Great minds discuss ideas. Average minds discuss events. Small minds discuss people.

“Let all your miseries be as short-lived as your NewYear resolutions,” goes an Italian saying.

From ‘from Sex to Super Consciousness’ by Osho

….Dagistan …. When the people of this place are annoyed with somebody they curse him with the most terrible curse ever: “May you forget your beloved’s name.”

Have you realized that the blooming of a flower is an expression of passion, that it is a sexual act? A peacock dances in full glory: a poet will sing a song to it; ….. it is primarily a sexual act? ….a boy has become an adolescent; a girl is growing into a woman. What is all this? What play, what leela is this? …. Throughout one’s whole life all acts of love, all attitudes and urges of love, are flowerings of primary sex energy
Religion and culture pour poison against sex into the mind of man. They create conflict, war; they engage man in battle against his own primary energy ….. Not enimity, but friendship is to be made with sex. Sex should be elevated to purer heights.
……if lust is transcended, sex can become love.

Because of condemnation, sex has become an obsession, a disease, a perversion……

…until natural sex is accepted without reservation there can be no love.

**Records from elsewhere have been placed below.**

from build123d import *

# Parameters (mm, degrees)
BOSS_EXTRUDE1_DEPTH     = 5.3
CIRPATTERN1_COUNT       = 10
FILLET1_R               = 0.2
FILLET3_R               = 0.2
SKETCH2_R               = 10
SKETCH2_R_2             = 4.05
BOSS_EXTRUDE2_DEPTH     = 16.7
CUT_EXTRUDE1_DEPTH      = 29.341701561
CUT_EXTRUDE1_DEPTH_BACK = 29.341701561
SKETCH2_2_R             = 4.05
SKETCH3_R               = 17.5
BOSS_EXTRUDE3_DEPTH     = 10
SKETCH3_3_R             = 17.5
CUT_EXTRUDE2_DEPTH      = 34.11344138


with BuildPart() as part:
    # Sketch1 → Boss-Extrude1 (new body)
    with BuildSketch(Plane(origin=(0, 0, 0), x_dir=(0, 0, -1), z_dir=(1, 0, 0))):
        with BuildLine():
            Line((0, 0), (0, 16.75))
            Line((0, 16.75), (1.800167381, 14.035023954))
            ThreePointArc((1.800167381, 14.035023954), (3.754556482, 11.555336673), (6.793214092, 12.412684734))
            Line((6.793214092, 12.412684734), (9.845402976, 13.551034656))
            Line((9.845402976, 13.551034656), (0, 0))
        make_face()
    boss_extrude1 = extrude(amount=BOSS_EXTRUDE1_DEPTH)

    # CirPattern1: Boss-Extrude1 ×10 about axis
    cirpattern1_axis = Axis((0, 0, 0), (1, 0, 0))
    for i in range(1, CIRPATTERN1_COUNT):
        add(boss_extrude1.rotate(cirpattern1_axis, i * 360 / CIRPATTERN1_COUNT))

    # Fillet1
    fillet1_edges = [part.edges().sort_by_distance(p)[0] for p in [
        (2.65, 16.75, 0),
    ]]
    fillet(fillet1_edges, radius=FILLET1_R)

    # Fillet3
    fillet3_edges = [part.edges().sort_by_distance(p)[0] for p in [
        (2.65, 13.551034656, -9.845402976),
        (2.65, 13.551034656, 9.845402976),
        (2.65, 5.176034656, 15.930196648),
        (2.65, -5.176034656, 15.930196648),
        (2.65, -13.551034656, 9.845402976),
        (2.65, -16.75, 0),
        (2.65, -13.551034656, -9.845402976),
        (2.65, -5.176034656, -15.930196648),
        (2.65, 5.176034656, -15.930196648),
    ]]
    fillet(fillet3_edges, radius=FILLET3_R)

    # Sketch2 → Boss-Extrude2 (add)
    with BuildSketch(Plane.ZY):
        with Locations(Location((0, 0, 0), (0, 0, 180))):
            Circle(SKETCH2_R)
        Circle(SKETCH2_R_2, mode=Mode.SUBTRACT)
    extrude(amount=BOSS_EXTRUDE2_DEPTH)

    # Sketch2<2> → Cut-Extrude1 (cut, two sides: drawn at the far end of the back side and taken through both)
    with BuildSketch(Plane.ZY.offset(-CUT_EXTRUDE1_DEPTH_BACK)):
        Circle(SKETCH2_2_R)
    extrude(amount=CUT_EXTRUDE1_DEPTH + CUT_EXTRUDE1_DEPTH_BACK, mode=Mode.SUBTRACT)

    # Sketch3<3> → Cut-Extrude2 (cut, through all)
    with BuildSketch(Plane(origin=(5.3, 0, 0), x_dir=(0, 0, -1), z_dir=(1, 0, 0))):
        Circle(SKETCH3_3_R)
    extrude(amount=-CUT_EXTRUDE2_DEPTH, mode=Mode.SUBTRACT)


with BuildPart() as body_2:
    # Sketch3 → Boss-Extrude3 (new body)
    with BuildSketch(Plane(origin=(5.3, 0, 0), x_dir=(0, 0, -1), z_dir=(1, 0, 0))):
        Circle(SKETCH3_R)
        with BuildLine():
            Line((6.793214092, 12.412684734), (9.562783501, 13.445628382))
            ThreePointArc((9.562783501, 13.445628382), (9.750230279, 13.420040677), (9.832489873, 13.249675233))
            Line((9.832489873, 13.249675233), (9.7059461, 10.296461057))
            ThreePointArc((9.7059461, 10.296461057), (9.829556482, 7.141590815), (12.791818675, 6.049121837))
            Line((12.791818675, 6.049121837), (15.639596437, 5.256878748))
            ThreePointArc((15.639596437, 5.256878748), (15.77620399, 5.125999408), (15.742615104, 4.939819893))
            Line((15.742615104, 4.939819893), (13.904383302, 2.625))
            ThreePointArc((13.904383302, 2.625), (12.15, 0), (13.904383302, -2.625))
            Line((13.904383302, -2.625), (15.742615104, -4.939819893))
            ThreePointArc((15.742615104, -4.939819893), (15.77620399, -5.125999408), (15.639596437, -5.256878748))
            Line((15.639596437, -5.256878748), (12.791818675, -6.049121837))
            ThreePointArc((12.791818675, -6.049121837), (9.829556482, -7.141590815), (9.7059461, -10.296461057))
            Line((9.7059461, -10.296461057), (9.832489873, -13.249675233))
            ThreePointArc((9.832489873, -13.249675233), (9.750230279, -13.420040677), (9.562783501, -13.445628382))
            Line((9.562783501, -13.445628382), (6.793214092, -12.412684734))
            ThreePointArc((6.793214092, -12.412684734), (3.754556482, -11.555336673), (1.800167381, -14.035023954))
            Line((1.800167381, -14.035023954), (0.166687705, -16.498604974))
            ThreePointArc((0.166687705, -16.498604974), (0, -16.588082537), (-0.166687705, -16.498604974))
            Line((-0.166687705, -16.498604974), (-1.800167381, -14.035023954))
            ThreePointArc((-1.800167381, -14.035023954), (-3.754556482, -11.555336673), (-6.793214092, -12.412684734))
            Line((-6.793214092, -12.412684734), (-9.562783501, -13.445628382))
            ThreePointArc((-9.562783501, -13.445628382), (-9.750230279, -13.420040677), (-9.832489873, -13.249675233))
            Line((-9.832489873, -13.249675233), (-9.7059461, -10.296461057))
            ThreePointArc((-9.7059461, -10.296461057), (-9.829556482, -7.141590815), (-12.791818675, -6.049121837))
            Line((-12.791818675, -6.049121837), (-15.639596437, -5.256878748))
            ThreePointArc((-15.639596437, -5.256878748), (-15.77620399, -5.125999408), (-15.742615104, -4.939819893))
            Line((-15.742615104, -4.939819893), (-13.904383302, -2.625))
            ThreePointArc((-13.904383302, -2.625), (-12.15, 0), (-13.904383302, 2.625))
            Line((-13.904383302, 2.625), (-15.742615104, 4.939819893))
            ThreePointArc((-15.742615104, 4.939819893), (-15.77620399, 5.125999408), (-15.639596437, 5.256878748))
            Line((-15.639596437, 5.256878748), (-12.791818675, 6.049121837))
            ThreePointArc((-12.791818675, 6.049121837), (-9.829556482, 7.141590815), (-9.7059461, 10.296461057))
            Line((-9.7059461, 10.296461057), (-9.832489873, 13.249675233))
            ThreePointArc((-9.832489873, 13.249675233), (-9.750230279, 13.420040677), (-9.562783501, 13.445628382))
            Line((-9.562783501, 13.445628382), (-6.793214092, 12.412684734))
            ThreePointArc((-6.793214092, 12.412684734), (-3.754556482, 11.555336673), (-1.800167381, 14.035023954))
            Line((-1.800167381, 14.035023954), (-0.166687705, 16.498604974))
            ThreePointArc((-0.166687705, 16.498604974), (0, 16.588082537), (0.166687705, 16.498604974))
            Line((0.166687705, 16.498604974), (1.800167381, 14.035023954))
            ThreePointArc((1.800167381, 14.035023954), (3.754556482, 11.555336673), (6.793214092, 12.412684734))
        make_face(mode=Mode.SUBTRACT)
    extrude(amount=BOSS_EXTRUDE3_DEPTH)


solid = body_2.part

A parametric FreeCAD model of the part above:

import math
import FreeCAD as App
import Part
import Sketcher

V = App.Vector
Q = App.Units.Quantity


def edges_at(feature, points):
    """Names of the edges that pass closest to the given points."""
    edges = feature.Shape.Edges
    near = lambda p: min(range(len(edges)), key=lambda i: edges[i].distToShape(Part.Vertex(*p))[0])
    return sorted({f"Edge{near(p) + 1}" for p in points})

doc = App.newDocument("Part")
body = doc.addObject("PartDesign::Body", "Body")

# Sketch on YZ plane
sketch1 = doc.addObject("Sketcher::SketchObject", "Sketch")
body.addObject(sketch1)
sketch1.AttachmentSupport = (doc.YZ_Plane, [""])
sketch1.MapMode = "FlatFace"
sketch1.addGeometry(Part.LineSegment(V(16.75, 0, 0), V(0, 0, 0)), False)
sketch1.addGeometry(Part.LineSegment(V(0, 0, 0), V(13.551035, -9.845403, 0)), False)
sketch1.addGeometry(Part.LineSegment(V(13.551035, -9.845403, 0), V(12.412685, -6.793214, 0)), False)
sketch1.addGeometry(Part.ArcOfCircle(Part.Circle(V(14.25731, -4.632481, 0), V(0, 0, 1), 2.841023), math.radians(94.487495), math.radians(229.512505)), False)
sketch1.addGeometry(Part.LineSegment(V(14.035024, -1.800167, 0), V(16.75, 0, 0)), False)
sketch1.addConstraint(Sketcher.Constraint("Coincident", 0, 2, 1, 1))
sketch1.addConstraint(Sketcher.Constraint("Coincident", 1, 2, 2, 1))
sketch1.addConstraint(Sketcher.Constraint("Coincident", 2, 2, 3, 2))
sketch1.addConstraint(Sketcher.Constraint("Coincident", 3, 1, 4, 1))
sketch1.addConstraint(Sketcher.Constraint("Coincident", 4, 2, 0, 1))
sketch1.addConstraint(Sketcher.Constraint("Horizontal", 0))
sketch1.addConstraint(Sketcher.Constraint("Coincident", 0, 2, -1, 1))
sketch1.addConstraint(Sketcher.Constraint("Equal", 2, 4))
sketch1.addConstraint(Sketcher.Constraint("Angle", 1, Q("-36 deg")))
sketch1.addConstraint(Sketcher.Constraint("DistanceX", 0, 2, 0, 1, Q("16.75 mm")))
sketch1.addConstraint(Sketcher.Constraint("Distance", 1, Q("16.75 mm")))
sketch1.addConstraint(Sketcher.Constraint("Radius", 3, Q("2.841023 mm")))
sketch1.addConstraint(Sketcher.Constraint("Distance", 2, Q("3.25756 mm")))
sketch1.addConstraint(Sketcher.Constraint("DistanceX", -1, 1, 3, 3, Q("14.25731 mm")))
sketch1.addConstraint(Sketcher.Constraint("DistanceY", 3, 3, -1, 1, Q("4.632481 mm")))
pad1 = doc.addObject("PartDesign::Pad", "Pad")
body.addObject(pad1)
pad1.Profile = sketch1
pad1.Length = 5.3
doc.recompute()

polarpattern = doc.addObject("PartDesign::PolarPattern", "PolarPattern")
body.addObject(polarpattern)
polarpattern.Originals = [pad1]
polarpattern.Axis = (doc.X_Axis, [""])
polarpattern.Angle = 360
polarpattern.Occurrences = 10
body.Tip = polarpattern
doc.recompute()

fillet = doc.addObject("PartDesign::Fillet", "Fillet")
body.addObject(fillet)
fillet.Base = (polarpattern, edges_at(polarpattern, [(2.65, 16.75, 0)]))
fillet.Radius = 0.2
doc.recompute()

fillet2 = doc.addObject("PartDesign::Fillet", "Fillet001")
body.addObject(fillet2)
fillet2.Base = (fillet, edges_at(fillet, [
    (2.65, 13.551, -9.845),
    (2.65, 13.551, 9.845),
    (2.65, 5.176, 15.93),
    (2.65, -5.176, 15.93),
    (2.65, -13.551, 9.845),
    (2.65, -16.75, 0),
    (2.65, -13.551, -9.845),
    (2.65, -5.176, -15.93),
    (2.65, 5.176, -15.93),
]))
fillet2.Radius = 0.2

# Sketch on YZ plane
sketch2 = doc.addObject("Sketcher::SketchObject", "Sketch001")
body.addObject(sketch2)
sketch2.AttachmentSupport = (doc.YZ_Plane, [""])
sketch2.MapMode = "FlatFace"
sketch2.addGeometry(Part.Circle(V(0, 0, 0), V(0, 0, 1), 10), False)
sketch2.addGeometry(Part.Circle(V(0, 0, 0), V(0, 0, 1), 4.05), False)
sketch2.addConstraint(Sketcher.Constraint("Coincident", 0, 3, -1, 1))
sketch2.addConstraint(Sketcher.Constraint("Coincident", 1, 3, -1, 1))
sketch2.addConstraint(Sketcher.Constraint("Diameter", 0, Q("20 mm")))
sketch2.addConstraint(Sketcher.Constraint("Diameter", 1, Q("8.1 mm")))
pad2 = doc.addObject("PartDesign::Pad", "Pad001")
body.addObject(pad2)
pad2.Profile = sketch2
pad2.Length = 16.7
pad2.Reversed = True

# Sketch on YZ plane
sketch3 = doc.addObject("Sketcher::SketchObject", "Sketch002")
body.addObject(sketch3)
sketch3.AttachmentSupport = (doc.YZ_Plane, [""])
sketch3.MapMode = "FlatFace"
sketch3.addGeometry(Part.Circle(V(0, 0, 0), V(0, 0, 1), 4.05), False)
sketch3.addConstraint(Sketcher.Constraint("Coincident", 0, 3, -1, 1))
sketch3.addConstraint(Sketcher.Constraint("Diameter", 0, Q("8.1 mm")))
pocket1 = doc.addObject("PartDesign::Pocket", "Pocket")
body.addObject(pocket1)
pocket1.Profile = sketch3
pocket1.Type = "ThroughAll"
pocket1.Midplane = True

# Sketch on YZ plane
sketch4 = doc.addObject("Sketcher::SketchObject", "Sketch003")
body.addObject(sketch4)
sketch4.AttachmentSupport = (doc.YZ_Plane, [""])
sketch4.MapMode = "FlatFace"
sketch4.AttachmentOffset = App.Placement(V(0, 0, 5.3), App.Rotation())
sketch4.addGeometry(Part.Circle(V(0, 0, 0), V(0, 0, 1), 17.5), False)
sketch4.addConstraint(Sketcher.Constraint("Coincident", 0, 3, -1, 1))
sketch4.addConstraint(Sketcher.Constraint("Diameter", 0, Q("35 mm")))
pocket2 = doc.addObject("PartDesign::Pocket", "Pocket001")
body.addObject(pocket2)
pocket2.Profile = sketch4
pocket2.Type = "ThroughAll"
body2 = doc.addObject("PartDesign::Body", "Body001")

# Sketch on YZ plane
sketch5 = doc.addObject("Sketcher::SketchObject", "Sketch004")
body2.addObject(sketch5)
sketch5.AttachmentSupport = (doc.getObject("YZ_Plane001"), [""])
sketch5.MapMode = "FlatFace"
sketch5.AttachmentOffset = App.Placement(V(0, 0, 5.3), App.Rotation())
sketch5.addGeometry(Part.Circle(V(0, 0, 0), V(0, 0, 1), 17.5), False)
sketch5.addGeometry(Part.ArcOfCircle(Part.Circle(V(14.25731, -4.632481, 0), V(0, 0, 1), 2.841023), math.radians(94.487495), math.radians(229.512505)), False)
sketch5.addGeometry(Part.LineSegment(V(12.412685, -6.793214, 0), V(13.445628, -9.562784, 0)), False)
sketch5.addGeometry(Part.ArcOfCircle(Part.Circle(V(13.258237, -9.632673, 0), V(0, 0, 1), 0.2), math.radians(-92.453595), math.radians(20.453595)), False)
sketch5.addGeometry(Part.LineSegment(V(13.249675, -9.83249, 0), V(10.296461, -9.705946, 0)), False)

My conjecture is that man had his first luminous glimpse of Samadhi during the experience of intercourse. Only in the moments of coitus did man realize that it was possible to feel such profound love, to experience such illuminating bliss …..that in the moments of climax the mind becomes empty of thoughts. …And this emptiness of mind, this void, this vacuum, this freezing of the mind, is the cause of the shower of divine joy.
Having unraveled the secret up to this point, man dug further…… that even without coitus the consciousness could be stilled and thoughts evaporated…

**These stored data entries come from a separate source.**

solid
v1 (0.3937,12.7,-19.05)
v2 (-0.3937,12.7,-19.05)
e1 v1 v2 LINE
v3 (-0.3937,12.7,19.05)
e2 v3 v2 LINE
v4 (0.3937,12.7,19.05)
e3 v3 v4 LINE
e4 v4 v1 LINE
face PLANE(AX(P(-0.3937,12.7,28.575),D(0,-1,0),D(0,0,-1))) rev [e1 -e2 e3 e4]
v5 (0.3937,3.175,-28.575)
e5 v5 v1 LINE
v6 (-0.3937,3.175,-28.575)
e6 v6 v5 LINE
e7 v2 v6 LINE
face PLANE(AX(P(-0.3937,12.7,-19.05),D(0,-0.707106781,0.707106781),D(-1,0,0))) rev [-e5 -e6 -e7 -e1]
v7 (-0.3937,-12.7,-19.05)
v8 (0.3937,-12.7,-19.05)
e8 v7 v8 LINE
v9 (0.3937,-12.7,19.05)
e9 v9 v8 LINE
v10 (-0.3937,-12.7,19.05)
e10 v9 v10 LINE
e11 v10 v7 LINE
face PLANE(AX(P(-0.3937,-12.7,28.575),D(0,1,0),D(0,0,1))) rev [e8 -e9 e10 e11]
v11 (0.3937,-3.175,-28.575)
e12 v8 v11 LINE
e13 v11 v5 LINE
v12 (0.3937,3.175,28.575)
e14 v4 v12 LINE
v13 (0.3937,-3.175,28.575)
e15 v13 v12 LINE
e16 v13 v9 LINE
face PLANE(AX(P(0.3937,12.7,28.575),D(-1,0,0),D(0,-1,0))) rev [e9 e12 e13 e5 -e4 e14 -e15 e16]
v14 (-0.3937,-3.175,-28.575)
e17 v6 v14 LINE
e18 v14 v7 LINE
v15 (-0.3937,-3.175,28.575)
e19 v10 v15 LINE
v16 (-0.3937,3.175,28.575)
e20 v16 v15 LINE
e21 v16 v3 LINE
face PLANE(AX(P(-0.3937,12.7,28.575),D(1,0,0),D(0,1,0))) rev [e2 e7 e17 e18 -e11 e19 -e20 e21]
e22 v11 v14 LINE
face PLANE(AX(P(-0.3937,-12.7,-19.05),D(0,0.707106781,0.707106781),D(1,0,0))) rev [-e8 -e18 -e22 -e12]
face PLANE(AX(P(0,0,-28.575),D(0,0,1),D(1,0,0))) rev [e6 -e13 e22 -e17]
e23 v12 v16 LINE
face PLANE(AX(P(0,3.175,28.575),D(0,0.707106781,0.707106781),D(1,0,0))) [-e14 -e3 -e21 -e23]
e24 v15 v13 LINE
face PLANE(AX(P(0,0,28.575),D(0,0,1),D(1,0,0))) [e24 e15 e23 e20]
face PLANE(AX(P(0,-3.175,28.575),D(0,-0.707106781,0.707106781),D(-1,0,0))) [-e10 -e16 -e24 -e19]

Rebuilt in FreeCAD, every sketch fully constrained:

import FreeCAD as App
import Part
import Sketcher
from FreeCAD import Vector
Q = App.Units.Quantity


def edges_at(feature, points):
    """Names of the edges that pass closest to the given points."""
    edges = feature.Shape.Edges
    near = lambda p: min(range(len(edges)), key=lambda i: edges[i].distToShape(Part.Vertex(*p))[0])
    return sorted({f"Edge{near(p) + 1}" for p in points})

doc = App.newDocument("Part")
body = doc.addObject("PartDesign::Body", "Body")

sketch1 = doc.addObject("Sketcher::SketchObject", "Sketch")
body.addObject(sketch1)
sketch1.AttachmentSupport = (doc.XY_Plane, [""])
sketch1.MapMode = "FlatFace"
sketch1.addGeometry(Part.LineSegment(Vector(-0.4, 12.7, 0), Vector(-0.4, -12.7, 0)), False)
sketch1.addGeometry(Part.LineSegment(Vector(-0.4, -12.7, 0), Vector(0.4, -12.7, 0)), False)
sketch1.addGeometry(Part.LineSegment(Vector(0.4, -12.7, 0), Vector(0.4, 12.7, 0)), False)
sketch1.addGeometry(Part.LineSegment(Vector(0.4, 12.7, 0), Vector(-0.4, 12.7, 0)), False)
sketch1.addConstraint(Sketcher.Constraint("Coincident", 0, 2, 1, 1))
sketch1.addConstraint(Sketcher.Constraint("Coincident", 1, 2, 2, 1))
sketch1.addConstraint(Sketcher.Constraint("Coincident", 2, 2, 3, 1))
sketch1.addConstraint(Sketcher.Constraint("Coincident", 3, 2, 0, 1))
sketch1.addConstraint(Sketcher.Constraint("Vertical", 0))
sketch1.addConstraint(Sketcher.Constraint("Horizontal", 1))
sketch1.addConstraint(Sketcher.Constraint("Vertical", 2))
sketch1.addConstraint(Sketcher.Constraint("Horizontal", 3))
sketch1.addConstraint(Sketcher.Constraint("Symmetric", 0, 2, 2, 2, -1, 1))
sketch1.addConstraint(Sketcher.Constraint("DistanceY", 0, 2, 0, 1, Q("1 in")))
sketch1.addConstraint(Sketcher.Constraint("DistanceX", 1, 1, 1, 2, Q("0.031 in")))
pad1 = doc.addObject("PartDesign::Pad", "Pad")
body.addObject(pad1)
pad1.Profile = sketch1
pad1.Length = Q("2.25 in")
pad1.Midplane = True
doc.recompute()

chamfer = doc.addObject("PartDesign::Chamfer", "Chamfer")
body.addObject(chamfer)
chamfer.Base = (pad1, edges_at(pad1, [
    (0, -12.7, 28.575),
    (0, -12.7, -28.575),
    (0, 12.7, -28.575),
    (0, 12.7, 28.575),
]))
chamfer.Size = Q("0.375 in")

doc.recompute()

Our society will only be free of the ghost of sex when we develop the courage to talk about sex in a rational and healthy manner.
It is only by understanding sex in all its aspects that we will be able to transcend sex. You cannot free yourself of a problem by shutting your eyes to it.

Ninety-eight per cent of mental illness, of neurosis is because of the suppression of sex.

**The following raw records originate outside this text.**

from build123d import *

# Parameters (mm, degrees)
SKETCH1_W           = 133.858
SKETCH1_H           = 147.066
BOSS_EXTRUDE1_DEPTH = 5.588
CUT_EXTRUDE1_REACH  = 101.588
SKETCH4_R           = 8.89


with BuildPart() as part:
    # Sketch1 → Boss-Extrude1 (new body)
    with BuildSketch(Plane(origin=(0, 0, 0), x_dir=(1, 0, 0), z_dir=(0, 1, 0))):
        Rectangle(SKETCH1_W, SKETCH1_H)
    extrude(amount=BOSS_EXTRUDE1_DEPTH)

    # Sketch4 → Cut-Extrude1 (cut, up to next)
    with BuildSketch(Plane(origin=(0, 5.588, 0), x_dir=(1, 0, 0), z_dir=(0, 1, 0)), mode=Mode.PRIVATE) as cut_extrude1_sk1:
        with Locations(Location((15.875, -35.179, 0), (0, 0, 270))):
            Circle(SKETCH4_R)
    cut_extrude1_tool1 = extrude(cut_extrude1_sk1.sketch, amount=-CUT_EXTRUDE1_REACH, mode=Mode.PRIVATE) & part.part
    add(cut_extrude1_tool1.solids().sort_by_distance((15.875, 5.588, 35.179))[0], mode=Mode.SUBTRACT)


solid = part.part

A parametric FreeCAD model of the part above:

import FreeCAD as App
import Part
import Sketcher
from FreeCAD import Vector
Q = App.Units.Quantity


def add_polygon(sketch, points):
    """Adds a closed chain of lines whose ends are joined by coincident constraints."""
    first, n = sketch.GeometryCount, len(points)
    for a, b in zip(points, points[1:] + points[:1]):
        sketch.addGeometry(Part.LineSegment(App.Vector(*a, 0), App.Vector(*b, 0)), False)
    for i in range(n):
        sketch.addConstraint(Sketcher.Constraint("Coincident", first + i, 2, first + (i + 1) % n, 1))

doc = App.newDocument("Part")
body = doc.addObject("PartDesign::Body", "Body")

# Sketch on XZ plane
sketch1 = body.newObject("Sketcher::SketchObject", "Sketch")
sketch1.AttachmentSupport = (doc.getObject("XZ_Plane"), [""])
sketch1.MapMode = "FlatFace"
add_polygon(sketch1, [(-66.929, -73.533), (-66.929, 73.533), (66.929, 73.533), (66.929, -73.533)])  # lines 0-3
sketch1.addConstraint(Sketcher.Constraint("Vertical", 0))
sketch1.addConstraint(Sketcher.Constraint("Horizontal", 1))
sketch1.addConstraint(Sketcher.Constraint("Vertical", 2))
sketch1.addConstraint(Sketcher.Constraint("Horizontal", 3))
sketch1.addConstraint(Sketcher.Constraint("Symmetric", 0, 2, 2, 2, -1, 1))
sketch1.addConstraint(Sketcher.Constraint("DistanceX", 1, 1, 1, 2, Q("5.27 in")))
sketch1.addConstraint(Sketcher.Constraint("DistanceY", 0, 1, 0, 2, Q("5.79 in")))
pad1 = body.newObject("PartDesign::Pad", "Pad")
pad1.Profile = sketch1
pad1.Length = Q("0.22 in")
pad1.Reversed = True

# Sketch on XZ plane
sketch2 = body.newObject("Sketcher::SketchObject", "Sketch001")
sketch2.AttachmentSupport = (doc.getObject("XZ_Plane"), [""])
sketch2.MapMode = "FlatFace"
sketch2.AttachmentOffset = App.Placement(Vector(0, 0, -0.22 * 25.4), App.Rotation())
sketch2.addGeometry(Part.Circle(Vector(15.875, 35.179, 0), Vector(0, 0, 1), 8.89), False)
sketch2.addConstraint(Sketcher.Constraint("Diameter", 0, Q("0.7 in")))
sketch2.addConstraint(Sketcher.Constraint("DistanceX", -1, 1, 0, 3, Q("0.625 in")))
sketch2.addConstraint(Sketcher.Constraint("DistanceY", -1, 1, 0, 3, Q("1.385 in")))
pocket1 = body.newObject("PartDesign::Pocket", "Pocket")
pocket1.Profile = sketch2
pocket1.Type = "UpToFirst"
pocket1.Reversed = True

doc.recompute()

Whenever I meet prostitutes, they never speak of sex. They inquire about the soul, and about God. I also meet many ascetics and monks, and whenever we are alone they ask about nothing but sex.

This sexual climax only lasts a moment, but for this brief moment a man loses a considerable amount of energy and vitality and later laments this loss

….the results of this war with sex are difficult to assess correctly. Does homosexuality exist anywhere but in man’s so-called civilized societies? Aborigines who live in backward areas cannot imagine a man having intercourse with another man….. Prostitution also exists in direct proportion to a society’s civilization. … Can you find a prostitute in the hilly areas of the tribal peoples, in our far-flung settlements? Impossible.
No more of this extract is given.